As previously stated, ISD could activate cGAS to induce inflammatory tendencies in macrophages. Therefore, we were interested in whether DSS could influence changes in intestinal inflammation levels in vivo by inducing cGAS expression. WB and PCR results revealed that cGAS expression was increased in the DSS group compared to the control group, and the relative content of IFN-β mRNA was increased, which could significantly inhibit their expression after CSD administration (Figure 7A–7D). The levels of inflammation-related factors in the intestine were measured using ELISA and PCR. Compared with the normal group, CCL17, and IL10 expression decreased in the DSS group, and CSD treatment significantly increased their levels (Figure 7E, 7F, 7I, 7J). However, TNF-α and CXCL10 increased significantly after DSS induction, and CSD could significantly reduce this result (Figure 7G, 7H, 7K, 7L). These findings suggest that CSD could regulate DSS-induced macrophage polarization in UC mice by inhibiting cGAS and alleviating intestinal inflammation.

Figure 7. CSD inhibited the expression of cGAS and the content of inflammatory factors in UC mice intestinal tissues. (A) Representative WB of cGAS in the intestine; (B) Statistical map of cGAS protein content in the intestine; (C) cGAS mRNA levels in the intestine; (D) IFN-β mRNA levels in the intestine; (E) ELISA measured the content of CCL17 in the intestine; (F) ELISA measured the content of IL10 in the intestine; (G) ELISA measured the content of TNF-α in the intestine; (H) ELISA measured the content of CXCL10 in the intestine; (I) CCL17 mRNA levels in intestine; (J) IL10 mRNA levels in intestine; (K) TNF- α mRNA levels in intestine; (L) CXCL10 mRNA levels in intestine. The results are mean ± SD, n = 3–6, ^*p < 0.05, ^***p < 0.001 vs. DSS group.

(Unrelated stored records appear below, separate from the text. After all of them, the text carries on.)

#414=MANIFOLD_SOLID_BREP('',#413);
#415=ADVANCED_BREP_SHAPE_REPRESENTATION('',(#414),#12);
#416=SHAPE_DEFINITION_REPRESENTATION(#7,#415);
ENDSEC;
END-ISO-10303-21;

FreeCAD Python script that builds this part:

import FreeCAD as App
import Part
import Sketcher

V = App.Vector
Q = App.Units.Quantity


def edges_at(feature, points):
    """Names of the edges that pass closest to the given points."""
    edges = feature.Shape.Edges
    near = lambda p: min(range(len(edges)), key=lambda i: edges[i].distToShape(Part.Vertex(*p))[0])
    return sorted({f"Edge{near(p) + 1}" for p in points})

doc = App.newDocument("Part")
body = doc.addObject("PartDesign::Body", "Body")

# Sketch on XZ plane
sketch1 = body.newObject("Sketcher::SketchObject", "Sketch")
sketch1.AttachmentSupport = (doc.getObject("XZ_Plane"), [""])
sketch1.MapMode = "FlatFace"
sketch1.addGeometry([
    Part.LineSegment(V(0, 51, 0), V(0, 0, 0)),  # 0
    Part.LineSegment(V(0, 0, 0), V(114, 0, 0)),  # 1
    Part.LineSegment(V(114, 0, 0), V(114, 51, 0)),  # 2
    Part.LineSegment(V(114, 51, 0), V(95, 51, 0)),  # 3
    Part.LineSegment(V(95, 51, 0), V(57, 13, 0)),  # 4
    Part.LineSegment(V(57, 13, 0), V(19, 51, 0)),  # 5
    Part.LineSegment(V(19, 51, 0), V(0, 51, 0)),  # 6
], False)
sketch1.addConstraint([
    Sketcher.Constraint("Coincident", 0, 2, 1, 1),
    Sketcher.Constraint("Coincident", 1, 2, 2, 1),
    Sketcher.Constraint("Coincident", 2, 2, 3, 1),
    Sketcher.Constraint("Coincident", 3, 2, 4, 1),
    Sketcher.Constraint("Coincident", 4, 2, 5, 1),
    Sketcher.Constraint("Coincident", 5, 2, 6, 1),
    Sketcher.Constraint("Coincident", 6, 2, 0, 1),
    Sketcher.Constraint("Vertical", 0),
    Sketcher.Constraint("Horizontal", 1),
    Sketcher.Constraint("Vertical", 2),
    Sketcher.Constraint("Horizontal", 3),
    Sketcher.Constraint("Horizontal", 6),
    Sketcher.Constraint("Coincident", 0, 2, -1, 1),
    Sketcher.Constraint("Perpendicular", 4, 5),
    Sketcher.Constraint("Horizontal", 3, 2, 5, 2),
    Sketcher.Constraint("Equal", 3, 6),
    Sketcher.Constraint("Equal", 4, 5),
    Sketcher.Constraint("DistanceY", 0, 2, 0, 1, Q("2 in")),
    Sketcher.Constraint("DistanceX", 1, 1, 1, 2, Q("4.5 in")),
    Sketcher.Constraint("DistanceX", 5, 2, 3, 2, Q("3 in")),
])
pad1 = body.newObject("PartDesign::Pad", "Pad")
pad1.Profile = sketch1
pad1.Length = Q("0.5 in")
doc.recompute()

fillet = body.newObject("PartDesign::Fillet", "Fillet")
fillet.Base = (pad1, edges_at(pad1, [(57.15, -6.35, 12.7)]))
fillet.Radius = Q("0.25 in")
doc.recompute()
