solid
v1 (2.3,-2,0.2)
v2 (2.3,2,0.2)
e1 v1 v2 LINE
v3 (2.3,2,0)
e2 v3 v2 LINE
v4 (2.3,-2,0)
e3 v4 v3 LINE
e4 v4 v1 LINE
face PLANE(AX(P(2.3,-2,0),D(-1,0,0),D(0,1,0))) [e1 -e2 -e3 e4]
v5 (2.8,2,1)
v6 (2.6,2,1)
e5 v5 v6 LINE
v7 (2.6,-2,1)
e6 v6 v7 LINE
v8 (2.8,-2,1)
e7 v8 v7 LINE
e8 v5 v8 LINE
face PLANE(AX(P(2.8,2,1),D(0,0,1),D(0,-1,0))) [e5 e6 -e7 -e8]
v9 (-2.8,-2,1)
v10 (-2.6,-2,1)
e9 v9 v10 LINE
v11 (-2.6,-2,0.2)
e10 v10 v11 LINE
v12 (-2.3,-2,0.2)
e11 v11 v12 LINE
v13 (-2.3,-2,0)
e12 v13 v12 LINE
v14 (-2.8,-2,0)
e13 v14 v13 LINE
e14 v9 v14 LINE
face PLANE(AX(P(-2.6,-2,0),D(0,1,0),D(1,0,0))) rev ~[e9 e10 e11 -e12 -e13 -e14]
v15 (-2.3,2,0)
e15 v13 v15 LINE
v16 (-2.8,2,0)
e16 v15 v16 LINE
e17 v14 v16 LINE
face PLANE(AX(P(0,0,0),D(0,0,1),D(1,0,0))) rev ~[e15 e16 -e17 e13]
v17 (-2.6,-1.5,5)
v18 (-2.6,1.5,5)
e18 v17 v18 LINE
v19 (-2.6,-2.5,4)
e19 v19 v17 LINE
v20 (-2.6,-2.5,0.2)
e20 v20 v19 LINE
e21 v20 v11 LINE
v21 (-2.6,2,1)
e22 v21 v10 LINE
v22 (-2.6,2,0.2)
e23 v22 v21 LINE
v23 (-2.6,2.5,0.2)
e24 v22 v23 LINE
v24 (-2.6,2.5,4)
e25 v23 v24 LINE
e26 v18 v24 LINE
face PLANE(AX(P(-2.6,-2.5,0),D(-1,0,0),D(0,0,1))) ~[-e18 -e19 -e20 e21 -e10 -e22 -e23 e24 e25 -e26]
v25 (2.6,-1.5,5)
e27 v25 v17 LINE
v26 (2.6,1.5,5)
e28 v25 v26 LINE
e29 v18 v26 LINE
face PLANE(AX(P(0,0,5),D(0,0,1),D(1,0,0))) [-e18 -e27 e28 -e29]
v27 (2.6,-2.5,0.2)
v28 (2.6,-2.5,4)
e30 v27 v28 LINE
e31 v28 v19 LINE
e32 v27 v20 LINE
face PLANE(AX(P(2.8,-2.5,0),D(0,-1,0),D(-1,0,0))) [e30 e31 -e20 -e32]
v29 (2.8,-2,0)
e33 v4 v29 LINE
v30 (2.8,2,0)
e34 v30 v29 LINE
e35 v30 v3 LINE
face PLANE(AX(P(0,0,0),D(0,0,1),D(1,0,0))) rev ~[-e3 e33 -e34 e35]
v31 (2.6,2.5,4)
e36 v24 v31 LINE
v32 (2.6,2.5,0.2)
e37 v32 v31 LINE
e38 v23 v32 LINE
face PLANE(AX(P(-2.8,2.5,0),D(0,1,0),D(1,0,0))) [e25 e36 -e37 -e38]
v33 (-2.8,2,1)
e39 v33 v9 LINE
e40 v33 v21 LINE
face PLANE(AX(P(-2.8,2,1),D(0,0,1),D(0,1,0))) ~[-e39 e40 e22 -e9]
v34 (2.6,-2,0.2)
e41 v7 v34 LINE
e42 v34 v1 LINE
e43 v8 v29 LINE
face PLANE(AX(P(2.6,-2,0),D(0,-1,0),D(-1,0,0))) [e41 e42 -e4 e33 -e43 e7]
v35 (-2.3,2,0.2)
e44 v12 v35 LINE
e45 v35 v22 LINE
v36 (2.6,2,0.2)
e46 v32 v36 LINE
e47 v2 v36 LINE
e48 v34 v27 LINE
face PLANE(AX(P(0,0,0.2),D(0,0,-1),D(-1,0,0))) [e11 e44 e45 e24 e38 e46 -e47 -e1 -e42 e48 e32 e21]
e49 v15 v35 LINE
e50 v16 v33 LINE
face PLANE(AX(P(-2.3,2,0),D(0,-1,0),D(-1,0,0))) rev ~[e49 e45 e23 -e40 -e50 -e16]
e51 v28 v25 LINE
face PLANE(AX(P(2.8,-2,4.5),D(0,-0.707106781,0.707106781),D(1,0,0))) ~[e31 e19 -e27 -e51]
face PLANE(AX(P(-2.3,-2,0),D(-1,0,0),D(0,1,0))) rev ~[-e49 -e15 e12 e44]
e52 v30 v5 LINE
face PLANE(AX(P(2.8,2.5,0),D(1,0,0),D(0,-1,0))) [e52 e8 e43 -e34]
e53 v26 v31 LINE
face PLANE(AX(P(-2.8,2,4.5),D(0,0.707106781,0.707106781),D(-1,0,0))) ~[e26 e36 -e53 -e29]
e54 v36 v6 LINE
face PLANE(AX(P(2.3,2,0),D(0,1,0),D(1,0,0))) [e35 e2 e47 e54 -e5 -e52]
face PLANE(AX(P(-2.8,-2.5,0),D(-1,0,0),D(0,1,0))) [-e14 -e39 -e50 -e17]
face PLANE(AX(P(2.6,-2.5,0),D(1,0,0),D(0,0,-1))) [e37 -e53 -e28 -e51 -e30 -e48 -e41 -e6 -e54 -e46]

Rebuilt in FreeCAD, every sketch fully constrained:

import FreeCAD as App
import Part
import Sketcher
from FreeCAD import Vector
Q = App.Units.Quantity


def edges_at(feature, points):
    """Names of the edges that pass closest to the given points."""
    edges = feature.Shape.Edges
    near = lambda p: min(range(len(edges)), key=lambda i: edges[i].distToShape(Part.Vertex(*p))[0])
    return sorted({f"Edge{near(p) + 1}" for p in points})

doc = App.newDocument("Part")
body = doc.addObject("PartDesign::Body", "Body")

sketch1 = body.newObject("Sketcher::SketchObject", "Sketch")
sketch1.AttachmentSupport = (doc.getObject("XY_Plane"), [""])
sketch1.MapMode = "FlatFace"
sketch1.addGeometry(Part.LineSegment(Vector(2.8, 2.5, 0), Vector(-2.8, 2.5, 0)), False)
sketch1.addGeometry(Part.LineSegment(Vector(-2.8, 2.5, 0), Vector(-2.8, -2.5, 0)), False)
sketch1.addGeometry(Part.LineSegment(Vector(-2.8, -2.5, 0), Vector(2.8, -2.5, 0)), False)
sketch1.addGeometry(Part.LineSegment(Vector(2.8, -2.5, 0), Vector(2.8, 2.5, 0)), False)
sketch1.addConstraint(Sketcher.Constraint("Coincident", 0, 2, 1, 1))
sketch1.addConstraint(Sketcher.Constraint("Coincident", 1, 2, 2, 1))
sketch1.addConstraint(Sketcher.Constraint("Coincident", 2, 2, 3, 1))
sketch1.addConstraint(Sketcher.Constraint("Coincident", 3, 2, 0, 1))
sketch1.addConstraint(Sketcher.Constraint("Horizontal", 0))
sketch1.addConstraint(Sketcher.Constraint("Vertical", 1))
sketch1.addConstraint(Sketcher.Constraint("Horizontal", 2))
sketch1.addConstraint(Sketcher.Constraint("Vertical", 3))
sketch1.addConstraint(Sketcher.Constraint("Symmetric", 0, 2, 2, 2, -1, 1))
sketch1.addConstraint(Sketcher.Constraint("DistanceY", 1, 2, 1, 1, Q("5 mm")))
sketch1.addConstraint(Sketcher.Constraint("DistanceX", 0, 2, 0, 1, Q("5.6 mm")))
pad1 = body.newObject("PartDesign::Pad", "Pad")
pad1.Profile = sketch1
pad1.Length = 5
doc.recompute()

chamfer = body.newObject("PartDesign::Chamfer", "Chamfer")
chamfer.Base = (pad1, edges_at(pad1, [(0, -2.5, 5), (0, 2.5, 5)]))
chamfer.Size = 1

sketch2 = body.newObject("Sketcher::SketchObject", "Sketch001")
sketch2.AttachmentSupport = (doc.getObject("YZ_Plane"), [""])
sketch2.MapMode = "FlatFace"
sketch2.AttachmentOffset = App.Placement(Vector(0, 0, 2.8), App.Rotation())
sketch2.addGeometry(Part.LineSegment(Vector(2.5, 4, 0), Vector(1.5, 5, 0)), False)
sketch2.addGeometry(Part.LineSegment(Vector(1.5, 5, 0), Vector(-1.5, 5, 0)), False)
sketch2.addGeometry(Part.LineSegment(Vector(-1.5, 5, 0), Vector(-2.5, 4, 0)), False)
sketch2.addGeometry(Part.LineSegment(Vector(-2.5, 4, 0), Vector(-2.5, 0, 0)), False)
sketch2.addGeometry(Part.LineSegment(Vector(-2.5, 0, 0), Vector(-2, 0, 0)), False)
sketch2.addGeometry(Part.LineSegment(Vector(-2, 0, 0), Vector(-2, 1, 0)), False)
sketch2.addGeometry(Part.LineSegment(Vector(-2, 1, 0), Vector(2, 1, 0)), False)
sketch2.addGeometry(Part.LineSegment(Vector(2, 1, 0), Vector(2, 0, 0)), False)
sketch2.addGeometry(Part.LineSegment(Vector(2, 0, 0), Vector(2.5, 0, 0)), False)
sketch2.addGeometry(Part.LineSegment(Vector(2.5, 0, 0), Vector(2.5, 4, 0)), False)
sketch2.addConstraint(Sketcher.Constraint("Coincident", 0, 2, 1, 1))
sketch2.addConstraint(Sketcher.Constraint("Coincident", 1, 2, 2, 1))
sketch2.addConstraint(Sketcher.Constraint("Coincident", 2, 2, 3, 1))
sketch2.addConstraint(Sketcher.Constraint("Coincident", 3, 2, 4, 1))
sketch2.addConstraint(Sketcher.Constraint("Coincident", 4, 2, 5, 1))
sketch2.addConstraint(Sketcher.Constraint("Coincident", 5, 2, 6, 1))
sketch2.addConstraint(Sketcher.Constraint("Coincident", 6, 2, 7, 1))
sketch2.addConstraint(Sketcher.Constraint("Coincident", 7, 2, 8, 1))
sketch2.addConstraint(Sketcher.Constraint("Coincident", 8, 2, 9, 1))
sketch2.addConstraint(Sketcher.Constraint("Coincident", 9, 2, 0, 1))
sketch2.addConstraint(Sketcher.Constraint("Horizontal", 1))
sketch2.addConstraint(Sketcher.Constraint("Vertical", 3))
sketch2.addConstraint(Sketcher.Constraint("Horizontal", 4))
sketch2.addConstraint(Sketcher.Constraint("Vertical", 5))
sketch2.addConstraint(Sketcher.Constraint("Horizontal", 6))
sketch2.addConstraint(Sketcher.Constraint("Vertical", 7))
sketch2.addConstraint(Sketcher.Constraint("Horizontal", 8))
sketch2.addConstraint(Sketcher.Constraint("Vertical", 9))
sketch2.addConstraint(Sketcher.Constraint("Symmetric", 4, 2, 7, 2, -1, 1))
sketch2.addConstraint(Sketcher.Constraint("Symmetric", 3, 2, 8, 2, -2))
sketch2.addConstraint(Sketcher.Constraint("Perpendicular", 0, 2))
sketch2.addConstraint(Sketcher.Constraint("Horizontal", 2, 2, 9, 2))
sketch2.addConstraint(Sketcher.Constraint("Equal", 6, 3))
sketch2.addConstraint(Sketcher.Constraint("Equal", 0, 2))
sketch2.addConstraint(Sketcher.Constraint("DistanceY", 5, 1, 5, 2, Q("1 mm")))
sketch2.addConstraint(Sketcher.Constraint("DistanceX", 4, 1, 4, 2, Q("0.5 mm")))
sketch2.addConstraint(Sketcher.Constraint("DistanceX", 2, 2, 1, 2, Q("1 mm")))
sketch2.addConstraint(Sketcher.Constraint("DistanceX", 1, 2, 1, 1, Q("3 mm")))
pocket1 = body.newObject("PartDesign::Pocket", "Pocket")
pocket1.Profile = sketch2
pocket1.Length = 0.2
doc.recompute()

mirrored = body.newObject("PartDesign::Mirrored", "Mirrored")
mirrored.Originals = [pocket1]
mirrored.MirrorPlane = (doc.getObject("YZ_Plane"), [""])
body.Tip = mirrored

sketch3 = body.newObject("Sketcher::SketchObject", "Sketch002")
sketch3.AttachmentSupport = (doc.getObject("XY_Plane"), [""])
sketch3.MapMode = "FlatFace"
sketch3.addGeometry(Part.LineSegment(Vector(2.6, -2.5, 0), Vector(-2.6, -2.5, 0)), False)
sketch3.addGeometry(Part.LineSegment(Vector(-2.6, -2.5, 0), Vector(-2.6, -2, 0)), False)
sketch3.addGeometry(Part.LineSegment(Vector(-2.6, -2, 0), Vector(-2.3, -2, 0)), False)
sketch3.addGeometry(Part.LineSegment(Vector(-2.3, -2, 0), Vector(-2.3, 2, 0)), False)
sketch3.addGeometry(Part.LineSegment(Vector(-2.3, 2, 0), Vector(-2.6, 2, 0)), False)
sketch3.addGeometry(Part.LineSegment(Vector(-2.6, 2, 0), Vector(-2.6, 2.5, 0)), False)
sketch3.addGeometry(Part.LineSegment(Vector(-2.6, 2.5, 0), Vector(2.6, 2.5, 0)), False)
sketch3.addGeometry(Part.LineSegment(Vector(2.6, 2.5, 0), Vector(2.6, 2, 0)), False)
sketch3.addGeometry(Part.LineSegment(Vector(2.6, 2, 0), Vector(2.3, 2, 0)), False)
sketch3.addGeometry(Part.LineSegment(Vector(2.3, 2, 0), Vector(2.3, -2, 0)), False)
sketch3.addGeometry(Part.LineSegment(Vector(2.3, -2, 0), Vector(2.6, -2, 0)), False)
sketch3.addGeometry(Part.LineSegment(Vector(2.6, -2, 0), Vector(2.6, -2.5, 0)), False)
sketch3.addConstraint(Sketcher.Constraint("Coincident", 0, 2, 1, 1))
sketch3.addConstraint(Sketcher.Constraint("Coincident", 1, 2, 2, 1))
sketch3.addConstraint(Sketcher.Constraint("Coincident", 2, 2, 3, 1))
sketch3.addConstraint(Sketcher.Constraint("Coincident", 3, 2, 4, 1))
sketch3.addConstraint(Sketcher.Constraint("Coincident", 4, 2, 5, 1))
sketch3.addConstraint(Sketcher.Constraint("Coincident", 5, 2, 6, 1))
sketch3.addConstraint(Sketcher.Constraint("Coincident", 6, 2, 7, 1))
sketch3.addConstraint(Sketcher.Constraint("Coincident", 7, 2, 8, 1))
sketch3.addConstraint(Sketcher.Constraint("Coincident", 8, 2, 9, 1))
sketch3.addConstraint(Sketcher.Constraint("Coincident", 9, 2, 10, 1))
sketch3.addConstraint(Sketcher.Constraint("Coincident", 10, 2, 11, 1))
sketch3.addConstraint(Sketcher.Constraint("Coincident", 11, 2, 0, 1))
sketch3.addConstraint(Sketcher.Constraint("Horizontal", 0))
sketch3.addConstraint(Sketcher.Constraint("Vertical", 1))
sketch3.addConstraint(Sketcher.Constraint("Horizontal", 2))
sketch3.addConstraint(Sketcher.Constraint("Vertical", 3))
sketch3.addConstraint(Sketcher.Constraint("Horizontal", 4))
sketch3.addConstraint(Sketcher.Constraint("Vertical", 5))
sketch3.addConstraint(Sketcher.Constraint("Horizontal", 6))
sketch3.addConstraint(Sketcher.Constraint("Vertical", 7))
sketch3.addConstraint(Sketcher.Constraint("Horizontal", 8))
sketch3.addConstraint(Sketcher.Constraint("Vertical", 9))
sketch3.addConstraint(Sketcher.Constraint("Horizontal", 10))
sketch3.addConstraint(Sketcher.Constraint("Vertical", 11))
sketch3.addConstraint(Sketcher.Constraint("Symmetric", 0, 2, 6, 2, -1, 1))
sketch3.addConstraint(Sketcher.Constraint("Symmetric", 2, 2, 8, 2, -1, 1))
sketch3.addConstraint(Sketcher.Constraint("Symmetric", 4, 2, 10, 2, -1, 1))
sketch3.addConstraint(Sketcher.Constraint("Symmetric", 4, 2, 7, 2, -2))
sketch3.addConstraint(Sketcher.Constraint("DistanceY", 3, 1, 3, 2, Q("4 mm")))
sketch3.addConstraint(Sketcher.Constraint("DistanceY", 1, 1, 1, 2, Q("0.5 mm")))
sketch3.addConstraint(Sketcher.Constraint("DistanceX", 0, 2, 0, 1, Q("5.2 mm")))
sketch3.addConstraint(Sketcher.Constraint("DistanceX", 2, 1, 2, 2, Q("0.3 mm")))
pocket2 = body.newObject("PartDesign::Pocket", "Pocket001")
pocket2.Profile = sketch3
pocket2.Length = 0.2
pocket2.Reversed = True

doc.recompute()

CSD protects the intestinal barrier

The dsDNA could activate cGAS, initiating IFN-β transcription [30]. Studies in DSS-induced UC mice revealed that the content of dsDNA in intestinal tissues increased, possibly due to DNA damage of intestinal epithelial cells (IEC) [32, 33]. We assumed that DSS-induced cGAS activation in UC mice was related to increased dsDNA after intestinal injury. Therefore, immunofluorescence was used to examine dsDNA expression in intestinal tissues. As expected, dsDNA expression was significantly higher in the DSS group than in the normal group and significantly down-regulated after CSD treatment (Figure 8A). This suggests that CSD may reduce DNA damage in intestinal cells, such as intestinal epithelial cells, which are important for protecting the intestinal barrier. Therefore, live imaging of small animals and the text of Fluorescein isothiocyanate-dextran (FITC-dex) in serum were used to detect intestinal barrier function in mice. In the DSS group, intestinal fluorescence intensity was higher than in the normal group, and serum FITC-dex content significantly increased. In contrast, it was down-regulated after CSD treatment (Figure 8B, 8C). These findings imply that CSD protects the intestinal barrier and may play a role in DNA repair in intestinal cells.

Figure 8. CSD protected the intestinal barrier. (A) Fluorescence expression of dsDNA in intestinal tissue, 100X magnification; (B) FITC-dextran distribution in the intestinal tract of mice; (C) Serum FITC-Dex levels. The results are mean ± SD, n = 3, ^**p < 0.01, ^***p < 0.001 vs. DSS group.